So it seems it doesnt matter how cheap you price the thing (there are 180's and 225's out there for more money than our QS !!) onc they get past 50/60k miles people stop considering them a premium brand and assume that they're junk like a renault or a vauxhall and instantly dont want to bother. So for me as someone who does higher mileages in cars, and now my other half who does the same its almost impossible to sell a car older than 2 years as it will have immediately got to a mileage where people consider its worthless - despite for example the fact that my Mercedes Vito which is basically a big C-Class has done a quarter of a million miles and is still on its original clutch, gearbox, engine etc and is fine, a bit of rust here or there, but mechanically good enough to tow a car from Yorkshire to Essex the other day without missing a beat - which is what you would expect from a premium manufacturer in the 21st century !!

J.


----------



## Mark Davies (Apr 10, 2007)

Bladerider said:


> I think its rediculous !!!


I know exactly what you mean - and it is plain idiocy, based entirely in a motoring past of 30 years ago. People just can't seem to get it into their heads that these days cars last much, much longer.

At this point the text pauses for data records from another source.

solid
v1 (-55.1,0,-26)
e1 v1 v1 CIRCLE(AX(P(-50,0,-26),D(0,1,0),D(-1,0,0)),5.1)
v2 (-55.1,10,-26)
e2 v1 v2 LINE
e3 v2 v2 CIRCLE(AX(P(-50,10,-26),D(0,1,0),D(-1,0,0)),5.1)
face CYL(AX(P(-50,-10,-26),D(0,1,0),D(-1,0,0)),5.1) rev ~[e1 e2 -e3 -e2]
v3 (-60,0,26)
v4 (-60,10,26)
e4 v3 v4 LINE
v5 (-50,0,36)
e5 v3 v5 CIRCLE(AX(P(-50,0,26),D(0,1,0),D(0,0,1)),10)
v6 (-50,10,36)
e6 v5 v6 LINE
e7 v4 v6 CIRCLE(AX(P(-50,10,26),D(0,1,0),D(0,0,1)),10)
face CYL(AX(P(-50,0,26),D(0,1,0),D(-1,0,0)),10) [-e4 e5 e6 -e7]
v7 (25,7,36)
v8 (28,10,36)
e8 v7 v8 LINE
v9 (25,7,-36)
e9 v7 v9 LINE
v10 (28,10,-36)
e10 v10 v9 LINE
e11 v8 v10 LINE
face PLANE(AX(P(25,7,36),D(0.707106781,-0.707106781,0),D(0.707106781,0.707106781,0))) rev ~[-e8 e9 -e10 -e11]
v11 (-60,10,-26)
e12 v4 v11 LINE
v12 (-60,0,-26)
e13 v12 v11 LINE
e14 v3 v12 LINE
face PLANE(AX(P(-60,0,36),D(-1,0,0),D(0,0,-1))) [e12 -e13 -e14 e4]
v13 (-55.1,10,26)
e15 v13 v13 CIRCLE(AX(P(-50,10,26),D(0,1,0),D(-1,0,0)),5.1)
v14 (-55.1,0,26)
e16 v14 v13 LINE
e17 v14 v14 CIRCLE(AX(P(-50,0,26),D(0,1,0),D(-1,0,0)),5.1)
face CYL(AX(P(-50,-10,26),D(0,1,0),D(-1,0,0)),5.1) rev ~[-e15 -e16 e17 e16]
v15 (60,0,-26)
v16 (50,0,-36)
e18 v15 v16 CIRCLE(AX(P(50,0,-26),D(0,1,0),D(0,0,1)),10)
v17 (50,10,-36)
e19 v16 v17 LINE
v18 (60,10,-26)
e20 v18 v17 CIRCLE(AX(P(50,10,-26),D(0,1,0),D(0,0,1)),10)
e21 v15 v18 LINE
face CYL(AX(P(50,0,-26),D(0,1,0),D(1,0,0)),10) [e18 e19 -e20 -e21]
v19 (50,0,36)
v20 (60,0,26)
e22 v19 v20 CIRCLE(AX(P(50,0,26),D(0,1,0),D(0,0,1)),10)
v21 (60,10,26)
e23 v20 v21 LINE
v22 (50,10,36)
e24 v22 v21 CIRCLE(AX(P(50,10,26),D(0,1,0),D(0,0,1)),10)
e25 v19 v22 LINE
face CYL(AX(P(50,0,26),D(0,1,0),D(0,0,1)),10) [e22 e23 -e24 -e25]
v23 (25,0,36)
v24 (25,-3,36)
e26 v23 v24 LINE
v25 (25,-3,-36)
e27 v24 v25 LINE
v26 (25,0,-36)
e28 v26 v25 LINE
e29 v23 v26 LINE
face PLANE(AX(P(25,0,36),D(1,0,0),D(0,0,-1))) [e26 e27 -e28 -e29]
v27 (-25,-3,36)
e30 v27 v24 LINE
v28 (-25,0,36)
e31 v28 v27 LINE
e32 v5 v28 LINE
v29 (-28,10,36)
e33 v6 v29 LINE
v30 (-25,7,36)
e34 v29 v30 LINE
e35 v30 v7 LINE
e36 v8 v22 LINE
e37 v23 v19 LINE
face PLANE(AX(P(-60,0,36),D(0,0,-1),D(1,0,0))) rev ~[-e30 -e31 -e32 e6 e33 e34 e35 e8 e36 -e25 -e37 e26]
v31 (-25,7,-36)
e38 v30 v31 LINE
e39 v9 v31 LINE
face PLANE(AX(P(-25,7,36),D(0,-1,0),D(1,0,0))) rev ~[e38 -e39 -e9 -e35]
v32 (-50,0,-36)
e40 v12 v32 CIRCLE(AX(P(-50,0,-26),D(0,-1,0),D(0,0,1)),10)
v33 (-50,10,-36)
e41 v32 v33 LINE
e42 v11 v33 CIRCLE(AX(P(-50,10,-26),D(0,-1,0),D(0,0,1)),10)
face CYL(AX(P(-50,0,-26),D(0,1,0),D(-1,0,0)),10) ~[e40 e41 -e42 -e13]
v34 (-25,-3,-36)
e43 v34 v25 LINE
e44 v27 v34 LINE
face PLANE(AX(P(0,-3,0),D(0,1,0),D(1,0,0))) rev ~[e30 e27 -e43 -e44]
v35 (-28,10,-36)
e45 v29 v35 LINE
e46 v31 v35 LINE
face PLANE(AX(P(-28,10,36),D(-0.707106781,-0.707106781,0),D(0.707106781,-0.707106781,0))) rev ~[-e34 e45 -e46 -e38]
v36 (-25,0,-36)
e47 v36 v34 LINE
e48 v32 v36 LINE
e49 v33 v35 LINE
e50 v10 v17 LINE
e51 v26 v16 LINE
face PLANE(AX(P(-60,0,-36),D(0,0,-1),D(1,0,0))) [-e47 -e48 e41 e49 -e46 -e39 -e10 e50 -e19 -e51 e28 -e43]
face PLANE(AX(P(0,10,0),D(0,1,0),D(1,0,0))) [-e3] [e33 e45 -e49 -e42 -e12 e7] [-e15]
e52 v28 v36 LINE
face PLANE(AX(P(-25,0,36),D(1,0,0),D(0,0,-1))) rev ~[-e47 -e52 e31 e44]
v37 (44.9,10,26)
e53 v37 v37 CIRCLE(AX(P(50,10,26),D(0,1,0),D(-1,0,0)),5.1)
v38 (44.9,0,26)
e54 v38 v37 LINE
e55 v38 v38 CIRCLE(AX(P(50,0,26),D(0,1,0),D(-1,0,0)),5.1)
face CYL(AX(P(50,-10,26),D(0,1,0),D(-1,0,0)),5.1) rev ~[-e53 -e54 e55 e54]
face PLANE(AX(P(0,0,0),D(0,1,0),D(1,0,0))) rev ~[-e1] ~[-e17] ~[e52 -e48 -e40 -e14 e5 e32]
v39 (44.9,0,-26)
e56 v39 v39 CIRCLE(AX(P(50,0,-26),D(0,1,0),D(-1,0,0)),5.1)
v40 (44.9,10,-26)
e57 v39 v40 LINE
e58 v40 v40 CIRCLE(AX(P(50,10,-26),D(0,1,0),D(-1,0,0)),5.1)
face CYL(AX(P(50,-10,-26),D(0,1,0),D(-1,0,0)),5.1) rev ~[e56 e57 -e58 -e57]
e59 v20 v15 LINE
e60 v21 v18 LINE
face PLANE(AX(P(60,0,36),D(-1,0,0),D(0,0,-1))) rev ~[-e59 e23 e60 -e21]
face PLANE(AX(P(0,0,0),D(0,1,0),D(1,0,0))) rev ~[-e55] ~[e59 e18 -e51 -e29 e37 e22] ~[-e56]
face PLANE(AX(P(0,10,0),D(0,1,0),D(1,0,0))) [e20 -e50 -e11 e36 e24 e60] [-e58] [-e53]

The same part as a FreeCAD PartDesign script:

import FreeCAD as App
import Part
import Sketcher
Q = App.Units.Quantity


def edges_at(feature, points):
    """Names of the edges that pass closest to the given points."""
    edges = feature.Shape.Edges
    near = lambda p: min(range(len(edges)), key=lambda i: edges[i].distToShape(Part.Vertex(*p))[0])
    return sorted({f"Edge{near(p) + 1}" for p in points})

doc = App.newDocument("Part")
body = doc.addObject("PartDesign::Body", "Body")

sketch1 = body.newObject("Sketcher::SketchObject", "Sketch")
sketch1.AttachmentSupport = (doc.getObject("XZ_Plane"), [""])
sketch1.MapMode = "FlatFace"
sketch1.addGeometry([
    Part.LineSegment(App.Vector(-60, -36, 0), App.Vector(-60, 36, 0)),
    Part.LineSegment(App.Vector(-60, 36, 0), App.Vector(60, 36, 0)),
    Part.LineSegment(App.Vector(60, 36, 0), App.Vector(60, -36, 0)),
    Part.LineSegment(App.Vector(60, -36, 0), App.Vector(-60, -36, 0)),
], False)
sketch1.addConstraint([
    Sketcher.Constraint("Coincident", 0, 2, 1, 1),
    Sketcher.Constraint("Coincident", 1, 2, 2, 1),
    Sketcher.Constraint("Coincident", 2, 2, 3, 1),
    Sketcher.Constraint("Coincident", 3, 2, 0, 1),
    Sketcher.Constraint("Vertical", 0),
    Sketcher.Constraint("Horizontal", 1),
    Sketcher.Constraint("Vertical", 2),
    Sketcher.Constraint("Horizontal", 3),
    Sketcher.Constraint("Symmetric", 0, 2, 2, 2, -1, 1),
    Sketcher.Constraint("DistanceX", 1, 1, 1, 2, Q("120 mm")),
    Sketcher.Constraint("DistanceY", 0, 1, 0, 2, Q("72 mm")),
])
pad1 = body.newObject("PartDesign::Pad", "Pad")
pad1.Profile = sketch1
pad1.Length = 10
pad1.Reversed = True
doc.recompute()

fillet = body.newObject("PartDesign::Fillet", "Fillet")
fillet.Base = (pad1, edges_at(pad1, [
    (60, 5, 36),
    (-60, 5, 36),
    (-60, 5, -36),
    (60, 5, -36),
]))
fillet.Radius = 10

sketch2 = body.newObject("Sketcher::SketchObject", "Sketch001")
sketch2.AttachmentSupport = (doc.getObject("XZ_Plane"), [""])
sketch2.MapMode = "FlatFace"
sketch2.addGeometry([
    Part.Circle(App.Vector(50, -26, 0), App.Vector(0, 0, 1), 5),
    Part.Circle(App.Vector(50, 26, 0), App.Vector(0, 0, 1), 5),
    Part.Circle(App.Vector(-50, 26, 0), App.Vector(0, 0, 1), 5),
    Part.Circle(App.Vector(-50, -26, 0), App.Vector(0, 0, 1), 5),
], False)
sketch2.addConstraint([
    Sketcher.Constraint("Equal", 0, 1),
    Sketcher.Constraint("Equal", 1, 2),
    Sketcher.Constraint("Equal", 2, 3),
    Sketcher.Constraint("Symmetric", 0, 3, 2, 3, -1, 1),
    Sketcher.Constraint("Symmetric", 1, 3, 3, 3, -1, 1),
    Sketcher.Constraint("Symmetric", 1, 3, 2, 3, -2),
    Sketcher.Constraint("Diameter", 0, Q("10.2 mm")),
    Sketcher.Constraint("DistanceX", -1, 1, 0, 3, Q("50 mm")),
    Sketcher.Constraint("DistanceY", 0, 3, -1, 1, Q("26 mm")),
])
doc.recompute()
hole = body.newObject("PartDesign::Hole", "Hole")
hole.Profile = sketch2
hole.ThreadType = "None"
hole.Diameter = 10.2
hole.DepthType = "Dimension"
hole.Depth = 10
hole.DrillPoint = "Flat"

sketch3 = body.newObject("Sketcher::SketchObject", "Sketch002")
sketch3.AttachmentSupport = (doc.getObject("XZ_Plane"), [""])
sketch3.MapMode = "FlatFace"
sketch3.addGeometry([
    Part.LineSegment(App.Vector(-25, -36, 0), App.Vector(-25, 36, 0)),
    Part.LineSegment(App.Vector(-25, 36, 0), App.Vector(25, 36, 0)),
    Part.LineSegment(App.Vector(25, 36, 0), App.Vector(25, -36, 0)),
    Part.LineSegment(App.Vector(25, -36, 0), App.Vector(-25, -36, 0)),
], False)
sketch3.addConstraint([
    Sketcher.Constraint("Coincident", 0, 2, 1, 1),
    Sketcher.Constraint("Coincident", 1, 2, 2, 1),
    Sketcher.Constraint("Coincident", 2, 2, 3, 1),
    Sketcher.Constraint("Coincident", 3, 2, 0, 1),
    Sketcher.Constraint("Vertical", 0),
    Sketcher.Constraint("Horizontal", 1),
    Sketcher.Constraint("Vertical", 2),
    Sketcher.Constraint("Horizontal", 3),
    Sketcher.Constraint("Symmetric", 0, 2, 2, 2, -1, 1),
    Sketcher.Constraint("DistanceX", 1, 1, 1, 2, Q("50 mm")),
    Sketcher.Constraint("DistanceY", 0, 1, 0, 2, Q("72 mm")),
])
pad2 = body.newObject("PartDesign::Pad", "Pad001")
pad2.Profile = sketch3
pad2.Length = 3

sketch4 = body.newObject("Sketcher::SketchObject", "Sketch003")
sketch4.AttachmentSupport = (doc.getObject("XY_Plane"), [""])
sketch4.MapMode = "FlatFace"
sketch4.AttachmentOffset = App.Placement(App.Vector(0, 0, 36), App.Rotation())
sketch4.addGeometry([
    Part.LineSegment(App.Vector(-28, 10, 0), App.Vector(-25, 7, 0)),
    Part.LineSegment(App.Vector(-25, 7, 0), App.Vector(25, 7, 0)),
    Part.LineSegment(App.Vector(25, 7, 0), App.Vector(28, 10, 0)),
    Part.LineSegment(App.Vector(28, 10, 0), App.Vector(-28, 10, 0)),
], False)
sketch4.addConstraint([
    Sketcher.Constraint("Coincident", 0, 2, 1, 1),
    Sketcher.Constraint("Coincident", 1, 2, 2, 1),
    Sketcher.Constraint("Coincident", 2, 2, 3, 1),
    Sketcher.Constraint("Coincident", 3, 2, 0, 1),
    Sketcher.Constraint("Horizontal", 1),
    Sketcher.Constraint("Horizontal", 3),
    Sketcher.Constraint("Perpendicular", 0, 2),
    Sketcher.Constraint("Equal", 0, 2),
    Sketcher.Constraint("DistanceX", 1, 1, 1, 2, Q("50 mm")),
    Sketcher.Constraint("DistanceX", 3, 2, 3, 1, Q("56 mm")),
    Sketcher.Constraint("DistanceX", 0, 2, -1, 1, Q("25 mm")),
    Sketcher.Constraint("DistanceY", -1, 1, 0, 2, Q("7 mm")),
])
pocket1 = body.newObject("PartDesign::Pocket", "Pocket")
pocket1.Profile = sketch4
pocket1.Type = "ThroughAll"

doc.recompute()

Mine's an '02 with just short of 110k and I expect drives just as well as yours. Whenever anyone talks to me about the car they say how amazed they are that it's done so many miles because it looks brand new. As far as maintenance is concerned it has never wanted for anything. I have a file with around £11,700 of bills in it to prove it (and nearly half of that in the last 12 months!). About the only original component left that suffers any real wear is the clutch. It's just on its second set of brake discs and pads, the entire suspension has been replaced, the turbo has just been completely overhauled, the MAF and all the temp sensors are new, the engine hoses have all been replaced, it has a new exhaust . . . the list goes on. The car is as good as new, and frankly far better than it was when new because every replacement has been an upgrade - but a simple number that appears on the dashboard that frankly has no relevance whatsoever means probably nobody will be the least bit interested in buying it, and if they did they certainly wouldn't pay anything like its true worth.

But that's the second-hand car market for you. Nobody ever promised that car buyers had any sense.


----------